### [Record excerpts]
******************************

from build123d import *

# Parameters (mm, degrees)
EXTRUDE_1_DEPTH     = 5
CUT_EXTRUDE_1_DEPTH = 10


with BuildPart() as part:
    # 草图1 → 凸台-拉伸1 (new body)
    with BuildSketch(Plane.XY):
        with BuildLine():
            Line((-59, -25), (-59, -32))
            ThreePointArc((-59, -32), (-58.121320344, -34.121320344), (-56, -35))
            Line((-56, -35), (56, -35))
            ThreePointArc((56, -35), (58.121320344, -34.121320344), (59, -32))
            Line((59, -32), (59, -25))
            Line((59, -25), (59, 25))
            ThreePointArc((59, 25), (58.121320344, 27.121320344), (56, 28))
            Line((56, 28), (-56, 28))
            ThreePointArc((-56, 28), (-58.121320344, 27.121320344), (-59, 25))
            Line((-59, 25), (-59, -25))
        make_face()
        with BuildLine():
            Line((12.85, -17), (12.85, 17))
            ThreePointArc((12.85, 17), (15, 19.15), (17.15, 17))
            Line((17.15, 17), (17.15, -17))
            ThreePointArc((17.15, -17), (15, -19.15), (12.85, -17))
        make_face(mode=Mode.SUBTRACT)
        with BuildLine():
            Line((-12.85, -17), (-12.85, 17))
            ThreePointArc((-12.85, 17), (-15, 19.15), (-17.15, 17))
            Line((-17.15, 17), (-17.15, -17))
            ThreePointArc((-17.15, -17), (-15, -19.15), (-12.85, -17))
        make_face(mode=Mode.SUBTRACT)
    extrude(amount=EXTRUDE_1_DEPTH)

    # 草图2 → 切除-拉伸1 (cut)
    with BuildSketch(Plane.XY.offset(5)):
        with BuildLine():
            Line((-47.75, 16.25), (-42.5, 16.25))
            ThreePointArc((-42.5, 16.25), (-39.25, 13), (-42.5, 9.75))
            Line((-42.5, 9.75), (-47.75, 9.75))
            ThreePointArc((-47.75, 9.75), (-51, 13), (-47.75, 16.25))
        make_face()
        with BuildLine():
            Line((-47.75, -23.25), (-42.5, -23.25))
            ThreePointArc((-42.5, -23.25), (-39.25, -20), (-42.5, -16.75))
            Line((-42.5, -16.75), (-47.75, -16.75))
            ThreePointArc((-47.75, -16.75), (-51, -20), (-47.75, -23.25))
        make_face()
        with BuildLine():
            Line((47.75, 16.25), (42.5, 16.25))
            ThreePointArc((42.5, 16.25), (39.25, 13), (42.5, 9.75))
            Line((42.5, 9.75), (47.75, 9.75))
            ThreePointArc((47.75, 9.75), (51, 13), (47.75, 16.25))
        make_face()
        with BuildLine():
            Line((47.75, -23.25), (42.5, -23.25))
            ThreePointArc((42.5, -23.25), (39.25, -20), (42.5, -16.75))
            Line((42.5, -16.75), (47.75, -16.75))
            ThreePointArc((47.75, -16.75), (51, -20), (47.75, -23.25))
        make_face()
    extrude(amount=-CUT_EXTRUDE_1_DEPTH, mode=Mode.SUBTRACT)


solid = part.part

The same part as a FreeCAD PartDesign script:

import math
import FreeCAD as App
import Part
import Sketcher
from FreeCAD import Vector

doc = App.newDocument("Part")
body = doc.addObject("PartDesign::Body", "Body")

# Sketch on XY plane
sketch1 = body.newObject("Sketcher::SketchObject", "Sketch")
sketch1.AttachmentSupport = (doc.getObject("XY_Plane"), [""])
sketch1.MapMode = "FlatFace"
sketch1.addGeometry([
    Part.ArcOfCircle(Part.Circle(Vector(-56, -32, 0), Vector(0, 0, 1), 3), math.radians(180), math.radians(270)),  # 0
    Part.LineSegment(Vector(-56, -35, 0), Vector(56, -35, 0)),  # 1
    Part.ArcOfCircle(Part.Circle(Vector(56, -32, 0), Vector(0, 0, 1), 3), math.radians(-90), math.radians(0)),  # 2
    Part.LineSegment(Vector(59, -32, 0), Vector(59, 25, 0)),  # 3
    Part.ArcOfCircle(Part.Circle(Vector(56, 25, 0), Vector(0, 0, 1), 3), math.radians(0), math.radians(90)),  # 4
    Part.LineSegment(Vector(56, 28, 0), Vector(-56, 28, 0)),  # 5
    Part.ArcOfCircle(Part.Circle(Vector(-56, 25, 0), Vector(0, 0, 1), 3), math.radians(90), math.radians(180)),  # 6
    Part.LineSegment(Vector(-59, 25, 0), Vector(-59, -32, 0)),  # 7
    Part.LineSegment(Vector(-12.85, 17, 0), Vector(-12.85, -17, 0)),  # 8
    Part.ArcOfCircle(Part.Circle(Vector(-15, -17, 0), Vector(0, 0, 1), 2.15), math.radians(180), math.radians(360)),  # 9
    Part.LineSegment(Vector(-17.15, -17, 0), Vector(-17.15, 17, 0)),  # 10
    Part.ArcOfCircle(Part.Circle(Vector(-15, 17, 0), Vector(0, 0, 1), 2.15), math.radians(0), math.radians(180)),  # 11
    Part.ArcOfCircle(Part.Circle(Vector(15, -17, 0), Vector(0, 0, 1), 2.15), math.radians(180), math.radians(360)),  # 12
    Part.LineSegment(Vector(12.85, -17, 0), Vector(12.85, 17, 0)),  # 13
    Part.ArcOfCircle(Part.Circle(Vector(15, 17, 0), Vector(0, 0, 1), 2.15), math.radians(0), math.radians(180)),  # 14
    Part.LineSegment(Vector(17.15, 17, 0), Vector(17.15, -17, 0)),  # 15
], False)
sketch1.addConstraint([
    Sketcher.Constraint("Tangent", 0, 2, 1, 1),
    Sketcher.Constraint("Tangent", 1, 2, 2, 1),
    Sketcher.Constraint("Tangent", 2, 2, 3, 1),
    Sketcher.Constraint("Tangent", 3, 2, 4, 1),
    Sketcher.Constraint("Tangent", 4, 2, 5, 1),
    Sketcher.Constraint("Tangent", 5, 2, 6, 1),
    Sketcher.Constraint("Tangent", 6, 2, 7, 1),
    Sketcher.Constraint("Tangent", 7, 2, 0, 1),
    Sketcher.Constraint("Tangent", 8, 2, 9, 2),
    Sketcher.Constraint("Tangent", 9, 1, 10, 1),
    Sketcher.Constraint("Tangent", 10, 2, 11, 2),
    Sketcher.Constraint("Tangent", 11, 1, 8, 1),
    Sketcher.Constraint("Tangent", 12, 1, 13, 1),
    Sketcher.Constraint("Tangent", 13, 2, 14, 2),
    Sketcher.Constraint("Tangent", 14, 1, 15, 1),
    Sketcher.Constraint("Tangent", 15, 2, 12, 2),
    Sketcher.Constraint("Horizontal", 1),
    Sketcher.Constraint("Vertical", 3),
    Sketcher.Constraint("Horizontal", 5),
    Sketcher.Constraint("Vertical", 7),
    Sketcher.Constraint("Vertical", 8),
    Sketcher.Constraint("Vertical", 10),
    Sketcher.Constraint("Vertical", 13),
    Sketcher.Constraint("Vertical", 15),
    Sketcher.Constraint("Equal", 0, 2),
    Sketcher.Constraint("Equal", 2, 4),
    Sketcher.Constraint("Equal", 4, 6),
    Sketcher.Constraint("Equal", 11, 12),
    Sketcher.Constraint("Symmetric", 11, 3, 12, 3, -1, 1),
    Sketcher.Constraint("Horizontal", 9, 3, 12, 3),
    Sketcher.Constraint("Horizontal", 11, 3, 14, 3),
    Sketcher.Constraint("Radius", 0, 3.0),
    Sketcher.Constraint("DistanceX", 1, 1, 1, 2, 112.0),
    Sketcher.Constraint("DistanceY", 3, 1, 3, 2, 57.0),
    Sketcher.Constraint("DistanceY", 8, 2, 8, 1, 34.0),
    Sketcher.Constraint("Radius", 9, 2.15),
    Sketcher.Constraint("DistanceX", 0, 3, -1, 1, 56.0),
    Sketcher.Constraint("DistanceY", 0, 3, -1, 1, 32.0),
    Sketcher.Constraint("DistanceX", 9, 3, -1, 1, 15.0),
])
pad1 = body.newObject("PartDesign::Pad", "Pad")
pad1.Profile = sketch1
pad1.Length = 5

# Sketch on XY plane
sketch2 = body.newObject("Sketcher::SketchObject", "Sketch001")
sketch2.AttachmentSupport = (doc.getObject("XY_Plane"), [""])
sketch2.MapMode = "FlatFace"
sketch2.AttachmentOffset = App.Placement(Vector(0, 0, 5), App.Rotation())
sketch2.addGeometry([
    Part.LineSegment(Vector(-42.5, 16.25, 0), Vector(-47.75, 16.25, 0)),  # 0
    Part.ArcOfCircle(Part.Circle(Vector(-47.75, 13, 0), Vector(0, 0, 1), 3.25), math.radians(90), math.radians(270)),  # 1
    Part.LineSegment(Vector(-47.75, 9.75, 0), Vector(-42.5, 9.75, 0)),  # 2
    Part.ArcOfCircle(Part.Circle(Vector(-42.5, 13, 0), Vector(0, 0, 1), 3.25), math.radians(-90), math.radians(90)),  # 3
    Part.LineSegment(Vector(-47.75, -23.25, 0), Vector(-42.5, -23.25, 0)),  # 4
    Part.ArcOfCircle(Part.Circle(Vector(-42.5, -20, 0), Vector(0, 0, 1), 3.25), math.radians(-90), math.radians(90)),  # 5
    Part.LineSegment(Vector(-42.5, -16.75, 0), Vector(-47.75, -16.75, 0)),  # 6
    Part.ArcOfCircle(Part.Circle(Vector(-47.75, -20, 0), Vector(0, 0, 1), 3.25), math.radians(90), math.radians(270)),  # 7
    Part.LineSegment(Vector(47.75, 16.25, 0), Vector(42.5, 16.25, 0)),  # 8
    Part.ArcOfCircle(Part.Circle(Vector(42.5, 13, 0), Vector(0, 0, 1), 3.25), math.radians(90), math.radians(270)),  # 9
    Part.LineSegment(Vector(42.5, 9.75, 0), Vector(47.75, 9.75, 0)),  # 10
    Part.ArcOfCircle(Part.Circle(Vector(47.75, 13, 0), Vector(0, 0, 1), 3.25), math.radians(-90), math.radians(90)),  # 11
    Part.LineSegment(Vector(42.5, -23.25, 0), Vector(47.75, -23.25, 0)),  # 12
    Part.ArcOfCircle(Part.Circle(Vector(47.75, -20, 0), Vector(0, 0, 1), 3.25), math.radians(-90), math.radians(90)),  # 13
    Part.LineSegment(Vector(47.75, -16.75, 0), Vector(42.5, -16.75, 0)),  # 14
    Part.ArcOfCircle(Part.Circle(Vector(42.5, -20, 0), Vector(0, 0, 1), 3.25), math.radians(90), math.radians(270)),  # 15
], False)
sketch2.addConstraint([
    Sketcher.Constraint("Tangent", 0, 2, 1, 1),
    Sketcher.Constraint("Tangent", 1, 2, 2, 1),
    Sketcher.Constraint("Tangent", 2, 2, 3, 1),
    Sketcher.Constraint("Tangent", 3, 2, 0, 1),
    Sketcher.Constraint("Tangent", 4, 2, 5, 1),
    Sketcher.Constraint("Tangent", 5, 2, 6, 1),
    Sketcher.Constraint("Tangent", 6, 2, 7, 1),
    Sketcher.Constraint("Tangent", 7, 2, 4, 1),
    Sketcher.Constraint("Tangent", 8, 2, 9, 1),
    Sketcher.Constraint("Tangent", 9, 2, 10, 1),
    Sketcher.Constraint("Tangent", 10, 2, 11, 1),
    Sketcher.Constraint("Tangent", 11, 2, 8, 1),
    Sketcher.Constraint("Tangent", 12, 2, 13, 1),
    Sketcher.Constraint("Tangent", 13, 2, 14, 1),
    Sketcher.Constraint("Tangent", 14, 2, 15, 1),
    Sketcher.Constraint("Tangent", 15, 2, 12, 1),
    Sketcher.Constraint("Horizontal", 0),
    Sketcher.Constraint("Horizontal", 2),
    Sketcher.Constraint("Horizontal", 4),
    Sketcher.Constraint("Horizontal", 6),
    Sketcher.Constraint("Horizontal", 8),
    Sketcher.Constraint("Horizontal", 10),
    Sketcher.Constraint("Horizontal", 12),
    Sketcher.Constraint("Horizontal", 14),
    Sketcher.Constraint("Equal", 3, 5),
    Sketcher.Constraint("Equal", 7, 9),
    Sketcher.Constraint("Equal", 11, 13),
    Sketcher.Constraint("Symmetric", 3, 3, 9, 3, -2),
    Sketcher.Constraint("Symmetric", 7, 3, 13, 3, -2),
    Sketcher.Constraint("Vertical", 3, 3, 5, 3),
    Sketcher.Constraint("Vertical", 1, 3, 7, 3),
    Sketcher.Constraint("Vertical", 11, 3, 13, 3),
    Sketcher.Constraint("Vertical", 9, 3, 15, 3),
    Sketcher.Constraint("Radius", 1, 3.25),
    Sketcher.Constraint("DistanceY", -1, 1, 1, 3, 13.0),
    Sketcher.Constraint("DistanceY", 5, 3, -1, 1, 20.0),
    Sketcher.Constraint("DistanceX", 3, 3, 9, 3, 85.0),
    Sketcher.Constraint("DistanceX", 0, 2, 0, 1, 5.25),
])
pocket1 = body.newObject("PartDesign::Pocket", "Pocket")
pocket1.Profile = sketch2
pocket1.Length = 10

doc.recompute()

******************************

In the listing above, the lines from the one containing "# 草图2 → 切除-拉伸1 (cut)" through the one containing "ThreePointArc((-42.5, -23.25), (-39.25, -20), (-42.5, -16.75))" must be set down exactly, with no other lines.

    # 草图2 → 切除-拉伸1 (cut)
    with BuildSketch(Plane.XY.offset(5)):
        with BuildLine():
            Line((-47.75, 16.25), (-42.5, 16.25))
            ThreePointArc((-42.5, 16.25), (-39.25, 13), (-42.5, 9.75))
            Line((-42.5, 9.75), (-47.75, 9.75))
            ThreePointArc((-47.75, 9.75), (-51, 13), (-47.75, 16.25))
        make_face()
        with BuildLine():
            Line((-47.75, -23.25), (-42.5, -23.25))
            ThreePointArc((-42.5, -23.25), (-39.25, -20), (-42.5, -16.75))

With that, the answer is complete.